Any others? Feel free to comment.

Wanna go to a DC opening tomorrow?

DC's Studio Gallery has an opening Saturday night April 26 from 5-7PM. They are featuring the work of Roberta Thole in the upstairs gallery. Her works "allude to classicism and the environment and are mixed media with paint, copper and emulsion."

Downstairs gallery has two emerging artists who "use paint in a very bold, abstract way." Katya Kronick "draws her inspiration from nature directly" and Andrew Acquadro "abstracts everyday images in a very bold and dynamic way."

Artists' talk: Alexandria, VA

Amy Lin will be discussing her work at the Art League Gallery in Old Town Alexandria on Saturday, April 26 @ 3:30pm.

Buy Amy Lin now.

Seeing double

One of the below invite cards is from the Corcoran's new "Anonymous" fundraising exhibition, the other is from the Washington Project for the Arts' own series of "Anonymous" fundraising shows...

Corcoran Anon Postcard

WPA Anon Postcard

Eakins update

The Philadelphia Museum of Art announced today that it has completed the funding of its share in the joint acquisition of Thomas Eakins’s heroic 1875 masterpiece, The Gross Clinic, through deaccessioning Eakins’s Cowboy Singing, which has been jointly acquired by the Denver Art Museum and the Denver-based Anschutz Collection, as well as two oil sketches for Eakins’s Cowboys in the Badlands, which have been acquired by the Denver Art Museum. The Museum acquired The Gross Clinic early last year with the Pennsylvania Academy of the Fine Arts from Thomas Jefferson University, amidst a spirited campaign to keep the painting in Philadelphia.
Above from the press release from a few days ago; details here.

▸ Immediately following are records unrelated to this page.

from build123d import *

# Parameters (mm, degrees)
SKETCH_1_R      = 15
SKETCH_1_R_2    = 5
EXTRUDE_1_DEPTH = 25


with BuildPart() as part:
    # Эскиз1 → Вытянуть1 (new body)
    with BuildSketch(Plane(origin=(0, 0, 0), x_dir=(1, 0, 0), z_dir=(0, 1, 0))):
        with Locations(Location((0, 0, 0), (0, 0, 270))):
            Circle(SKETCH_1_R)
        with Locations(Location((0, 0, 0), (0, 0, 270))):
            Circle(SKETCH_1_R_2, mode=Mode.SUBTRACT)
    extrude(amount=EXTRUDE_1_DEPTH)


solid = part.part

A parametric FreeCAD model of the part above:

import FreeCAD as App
import Part
import Sketcher

V = App.Vector

doc = App.newDocument("Part")
body = doc.addObject("PartDesign::Body", "Body")

# Sketch on XZ plane
sketch1 = body.newObject("Sketcher::SketchObject", "Sketch")
sketch1.AttachmentSupport = (doc.getObject("XZ_Plane"), [""])
sketch1.MapMode = "FlatFace"
sketch1.addGeometry([
    Part.Circle(V(0, 0, 0), V(0, 0, 1), 15),
    Part.Circle(V(0, 0, 0), V(0, 0, 1), 5),
], False)
sketch1.addConstraint([
    Sketcher.Constraint("Coincident", 0, 3, -1, 1),
    Sketcher.Constraint("Coincident", 1, 3, -1, 1),
    Sketcher.Constraint("Diameter", 0, 30.0),
    Sketcher.Constraint("Diameter", 1, 10.0),
])
pad1 = body.newObject("PartDesign::Pad", "Pad")
pad1.Profile = sketch1
pad1.Length = 25
pad1.Reversed = True

doc.recompute()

Five ways to get sued for using people in your Art

Beth Russell is a musician and attorney admitted to practice law in New York, Connecticut and Wisconsin. She is the author of the book Art Law Conversations perhaps the key legal book for artists. Buy it here.

And Beth pens Five Ways to Get Sued for Using People in Your Art for Art Calendar magazine - which by the way is a must subscribe-to magazine if you're an artist looking for a great opportunites and business magazine for artists (disclosure: I've written tons of articles for Art Calendar over the years).

It's a great article; read it here.

Opportunity for Sculptors

Accepting Entries: May 2 to September 5 (received deadline)

The Washington Sculptors Group has a call out for "Aquifer," a sculpture exhibition to be held at the Edison Place Gallery (701 8th Street, NW Washington, DC 20001) and co-curated by my good friends Deborah McLeod and J.W. Mahoney.

The exhibition is open to members of Washington Project for the Arts and Washington Sculptors Group. Artists who are not current members may join either or both organizations. New members may request a membership form by contacting WPA at or WSG at

For more info or details visit the The Washington Sculptors Group website.

New Look

Yes boys and girls... after five years with one of Blogger's earliest templates, I finally took the plunge and switched to a new template in order to allow comments.

You see, for quite a while I have been struggling to add comments to this blog; without an iota of success.

So then I decided to do a little research and quickly found out that my 2003 vintage blog template didn't support comments and that the only solution was to switch to a new one.

And so, countless hours later, here it is! Expects a few visual tweaks here and there.